Backend worker monitoring thread interrupted or backend worker process died. #537

Closed
fancyerii opened this issue Jul 17, 2020 · 8 comments
Closed
Assignees
Labels
triaged_wait Waiting for the Reporter's resp

Comments

@fancyerii
Copy link

I have used huggingface transformer to train a text classification model and deploy it to pytorch serv.
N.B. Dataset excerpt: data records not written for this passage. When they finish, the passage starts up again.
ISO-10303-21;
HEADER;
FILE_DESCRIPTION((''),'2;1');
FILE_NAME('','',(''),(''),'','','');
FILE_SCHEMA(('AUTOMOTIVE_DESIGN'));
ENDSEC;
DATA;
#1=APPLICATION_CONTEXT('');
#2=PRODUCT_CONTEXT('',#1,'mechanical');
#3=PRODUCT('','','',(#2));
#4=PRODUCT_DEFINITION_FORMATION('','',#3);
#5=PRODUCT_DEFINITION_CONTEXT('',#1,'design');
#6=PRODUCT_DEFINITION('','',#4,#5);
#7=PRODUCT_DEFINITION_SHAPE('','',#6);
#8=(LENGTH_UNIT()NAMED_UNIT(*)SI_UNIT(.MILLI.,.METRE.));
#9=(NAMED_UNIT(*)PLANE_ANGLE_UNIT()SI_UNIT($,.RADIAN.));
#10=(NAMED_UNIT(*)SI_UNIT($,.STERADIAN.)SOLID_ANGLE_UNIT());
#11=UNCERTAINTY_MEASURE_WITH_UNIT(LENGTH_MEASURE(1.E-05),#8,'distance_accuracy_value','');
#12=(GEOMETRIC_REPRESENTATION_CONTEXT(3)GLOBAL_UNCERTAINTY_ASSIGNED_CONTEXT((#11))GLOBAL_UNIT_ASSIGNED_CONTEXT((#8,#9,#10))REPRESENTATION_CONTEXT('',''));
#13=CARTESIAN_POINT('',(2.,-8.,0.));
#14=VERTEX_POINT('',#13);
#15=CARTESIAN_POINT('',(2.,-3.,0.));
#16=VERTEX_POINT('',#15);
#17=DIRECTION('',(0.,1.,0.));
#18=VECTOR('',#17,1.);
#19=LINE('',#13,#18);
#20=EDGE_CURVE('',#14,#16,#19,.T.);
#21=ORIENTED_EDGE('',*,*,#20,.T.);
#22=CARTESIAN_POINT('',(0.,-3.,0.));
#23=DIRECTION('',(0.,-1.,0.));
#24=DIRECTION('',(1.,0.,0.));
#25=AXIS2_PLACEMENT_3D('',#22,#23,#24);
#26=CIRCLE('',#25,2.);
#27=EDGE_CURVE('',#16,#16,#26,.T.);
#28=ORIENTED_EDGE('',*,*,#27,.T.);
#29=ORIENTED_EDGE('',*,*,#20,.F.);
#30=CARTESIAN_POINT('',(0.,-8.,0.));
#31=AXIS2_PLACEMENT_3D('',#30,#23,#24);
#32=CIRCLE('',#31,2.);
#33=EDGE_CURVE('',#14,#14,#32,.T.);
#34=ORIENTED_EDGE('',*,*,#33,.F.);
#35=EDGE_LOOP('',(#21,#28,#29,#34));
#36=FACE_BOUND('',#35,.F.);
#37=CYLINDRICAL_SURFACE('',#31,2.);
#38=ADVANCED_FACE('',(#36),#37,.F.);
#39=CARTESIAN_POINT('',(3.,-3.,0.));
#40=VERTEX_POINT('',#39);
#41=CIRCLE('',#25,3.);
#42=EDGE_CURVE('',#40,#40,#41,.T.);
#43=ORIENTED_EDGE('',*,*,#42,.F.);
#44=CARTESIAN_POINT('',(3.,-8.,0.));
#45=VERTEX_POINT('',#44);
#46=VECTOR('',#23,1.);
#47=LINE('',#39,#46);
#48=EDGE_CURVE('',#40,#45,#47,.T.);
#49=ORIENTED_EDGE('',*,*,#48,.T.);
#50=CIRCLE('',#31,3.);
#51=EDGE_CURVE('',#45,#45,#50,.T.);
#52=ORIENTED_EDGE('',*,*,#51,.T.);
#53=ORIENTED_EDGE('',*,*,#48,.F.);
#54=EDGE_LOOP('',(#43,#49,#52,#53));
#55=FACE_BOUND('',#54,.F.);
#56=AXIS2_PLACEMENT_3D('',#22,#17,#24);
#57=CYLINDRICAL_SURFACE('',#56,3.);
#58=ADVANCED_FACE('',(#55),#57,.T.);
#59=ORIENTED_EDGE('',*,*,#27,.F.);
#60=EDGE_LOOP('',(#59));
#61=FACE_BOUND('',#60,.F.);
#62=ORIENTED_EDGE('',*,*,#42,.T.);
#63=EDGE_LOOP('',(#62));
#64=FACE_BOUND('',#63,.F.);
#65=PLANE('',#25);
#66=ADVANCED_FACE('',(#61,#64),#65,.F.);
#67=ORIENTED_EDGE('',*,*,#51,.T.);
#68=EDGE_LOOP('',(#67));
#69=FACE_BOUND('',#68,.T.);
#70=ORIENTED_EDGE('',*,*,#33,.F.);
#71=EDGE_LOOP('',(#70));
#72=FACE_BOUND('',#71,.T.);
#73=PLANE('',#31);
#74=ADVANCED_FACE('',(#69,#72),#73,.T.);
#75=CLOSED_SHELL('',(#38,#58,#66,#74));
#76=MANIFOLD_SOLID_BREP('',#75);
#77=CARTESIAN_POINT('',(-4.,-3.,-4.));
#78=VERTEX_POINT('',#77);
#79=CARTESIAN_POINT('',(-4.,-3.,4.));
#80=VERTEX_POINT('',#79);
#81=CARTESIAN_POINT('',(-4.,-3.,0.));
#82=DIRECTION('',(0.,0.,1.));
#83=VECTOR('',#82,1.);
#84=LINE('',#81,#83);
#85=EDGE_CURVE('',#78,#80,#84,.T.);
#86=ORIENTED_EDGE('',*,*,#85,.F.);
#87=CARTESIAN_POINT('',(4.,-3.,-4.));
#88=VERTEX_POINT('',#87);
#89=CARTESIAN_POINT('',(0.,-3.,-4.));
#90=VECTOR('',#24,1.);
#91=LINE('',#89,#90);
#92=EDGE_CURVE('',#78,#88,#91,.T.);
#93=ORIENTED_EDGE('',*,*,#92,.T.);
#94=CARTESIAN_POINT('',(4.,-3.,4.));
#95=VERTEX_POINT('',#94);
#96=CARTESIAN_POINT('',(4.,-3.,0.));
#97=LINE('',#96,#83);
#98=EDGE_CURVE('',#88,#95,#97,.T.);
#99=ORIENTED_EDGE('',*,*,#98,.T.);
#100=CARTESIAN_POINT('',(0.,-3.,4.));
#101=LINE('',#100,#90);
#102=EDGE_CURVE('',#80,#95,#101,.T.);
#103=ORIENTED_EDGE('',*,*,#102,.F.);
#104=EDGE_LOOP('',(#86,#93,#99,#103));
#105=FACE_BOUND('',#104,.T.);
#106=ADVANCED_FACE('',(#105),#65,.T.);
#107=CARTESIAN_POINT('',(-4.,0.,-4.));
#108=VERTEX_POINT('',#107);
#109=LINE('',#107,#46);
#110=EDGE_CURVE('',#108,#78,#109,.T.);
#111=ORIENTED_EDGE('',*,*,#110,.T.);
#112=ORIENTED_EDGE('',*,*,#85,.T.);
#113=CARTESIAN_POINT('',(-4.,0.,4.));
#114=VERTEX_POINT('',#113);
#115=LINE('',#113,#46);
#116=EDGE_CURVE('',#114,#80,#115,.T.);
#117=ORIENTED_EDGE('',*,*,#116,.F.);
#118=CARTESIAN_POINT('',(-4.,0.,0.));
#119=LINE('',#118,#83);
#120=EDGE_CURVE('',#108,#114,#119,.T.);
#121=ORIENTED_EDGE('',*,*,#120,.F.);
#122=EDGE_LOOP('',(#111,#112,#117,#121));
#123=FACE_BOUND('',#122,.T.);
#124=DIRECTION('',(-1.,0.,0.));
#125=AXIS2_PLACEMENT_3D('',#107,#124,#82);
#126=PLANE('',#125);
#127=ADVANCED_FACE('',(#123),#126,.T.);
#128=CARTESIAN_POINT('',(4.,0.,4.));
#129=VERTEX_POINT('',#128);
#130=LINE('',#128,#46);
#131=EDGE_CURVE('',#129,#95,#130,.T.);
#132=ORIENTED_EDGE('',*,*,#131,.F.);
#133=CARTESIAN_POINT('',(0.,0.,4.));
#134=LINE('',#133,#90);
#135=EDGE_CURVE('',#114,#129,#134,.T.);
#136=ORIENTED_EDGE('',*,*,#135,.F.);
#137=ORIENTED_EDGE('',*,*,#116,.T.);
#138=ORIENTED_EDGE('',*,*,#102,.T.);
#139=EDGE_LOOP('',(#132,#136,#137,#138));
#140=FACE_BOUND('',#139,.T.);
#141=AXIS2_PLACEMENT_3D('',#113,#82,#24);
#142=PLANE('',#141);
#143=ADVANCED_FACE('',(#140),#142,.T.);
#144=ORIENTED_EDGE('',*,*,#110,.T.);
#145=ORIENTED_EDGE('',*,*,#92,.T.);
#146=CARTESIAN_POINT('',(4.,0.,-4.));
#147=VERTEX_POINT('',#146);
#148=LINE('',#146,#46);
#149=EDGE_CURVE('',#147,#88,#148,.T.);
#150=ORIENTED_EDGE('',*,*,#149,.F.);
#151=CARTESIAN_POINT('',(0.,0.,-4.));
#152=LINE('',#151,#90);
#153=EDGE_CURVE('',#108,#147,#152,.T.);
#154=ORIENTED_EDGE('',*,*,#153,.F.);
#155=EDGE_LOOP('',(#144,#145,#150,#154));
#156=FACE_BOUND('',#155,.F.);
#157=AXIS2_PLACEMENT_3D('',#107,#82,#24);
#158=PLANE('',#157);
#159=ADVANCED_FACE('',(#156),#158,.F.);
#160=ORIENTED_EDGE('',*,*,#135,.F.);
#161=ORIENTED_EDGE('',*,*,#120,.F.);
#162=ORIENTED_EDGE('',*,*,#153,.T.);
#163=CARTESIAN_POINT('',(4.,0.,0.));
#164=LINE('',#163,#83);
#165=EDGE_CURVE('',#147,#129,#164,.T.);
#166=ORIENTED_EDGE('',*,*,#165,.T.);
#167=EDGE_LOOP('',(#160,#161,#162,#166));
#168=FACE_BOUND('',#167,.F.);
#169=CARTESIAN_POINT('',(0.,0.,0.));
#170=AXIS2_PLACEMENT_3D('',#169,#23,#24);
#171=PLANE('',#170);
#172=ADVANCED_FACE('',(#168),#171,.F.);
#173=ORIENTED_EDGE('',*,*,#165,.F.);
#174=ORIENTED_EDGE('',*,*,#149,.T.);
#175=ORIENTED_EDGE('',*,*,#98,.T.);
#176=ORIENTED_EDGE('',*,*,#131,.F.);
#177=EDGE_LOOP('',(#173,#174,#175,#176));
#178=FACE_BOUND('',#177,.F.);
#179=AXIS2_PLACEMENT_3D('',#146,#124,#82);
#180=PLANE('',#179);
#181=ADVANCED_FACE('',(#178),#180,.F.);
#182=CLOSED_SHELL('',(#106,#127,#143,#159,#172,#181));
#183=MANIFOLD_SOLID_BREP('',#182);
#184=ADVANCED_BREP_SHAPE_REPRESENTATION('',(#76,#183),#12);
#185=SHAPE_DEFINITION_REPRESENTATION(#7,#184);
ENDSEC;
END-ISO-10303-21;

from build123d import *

# Parameters (mm, degrees)
F0_W     = 8
F0_H     = 8
F1_DEPTH = 3
F2_R     = 3
F3_DEPTH = 5
F4_R     = 2
F5_DEPTH = 5


with BuildPart() as f1:
    # F0 (on Front) → F1 (new body)
    with BuildSketch(Plane.XZ):
        Rectangle(F0_W, F0_H)
    extrude(amount=F1_DEPTH)


with BuildPart() as f3:
    # F2 (on face) → F3 (new body)
    with BuildSketch(Plane.XZ.offset(3)):
        Circle(F2_R)
    extrude(amount=F3_DEPTH)

    # F4 (on face) → F5 (cut)
    with BuildSketch(Plane.XZ.offset(8)):
        Circle(F4_R)
    extrude(amount=-F5_DEPTH, mode=Mode.SUBTRACT)


solid = Compound([f1.part, f3.part])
  1. training and saving model
    The full codes can be found here. The code is not well organized but the model is very simple:
class OrderClassifier(nn.Module):
    def __init__(self, n_classes, path):
        super(OrderClassifier, self).__init__()

        self.bert = BertModel.from_pretrained(path)
        self.drop = nn.Dropout(p=0.3)
        self.out = nn.Linear(self.bert.config.hidden_size, n_classes)

    def forward(self, input_ids, attention_mask):
        _, pooled_output = self.bert(
            input_ids=input_ids,
            attention_mask=attention_mask
        )

        output = self.drop(pooled_output)
        return self.out(output)

After training, I saved the best whole model:

    if val_acc > best_accuracy:
        torch.save(model, 'best_model.bin')
  1. create handler testtorchserving.py
    The full code is here.
    It seems the initialization part throws exception, So I paste the codes here:
    def initialize(self, ctx):
        self.manifest = ctx.manifest

        properties = ctx.system_properties
        model_dir = properties.get("model_dir")
        self.device = torch.device("cuda:" + str(properties.get("gpu_id")) if torch.cuda.is_available() else "cpu")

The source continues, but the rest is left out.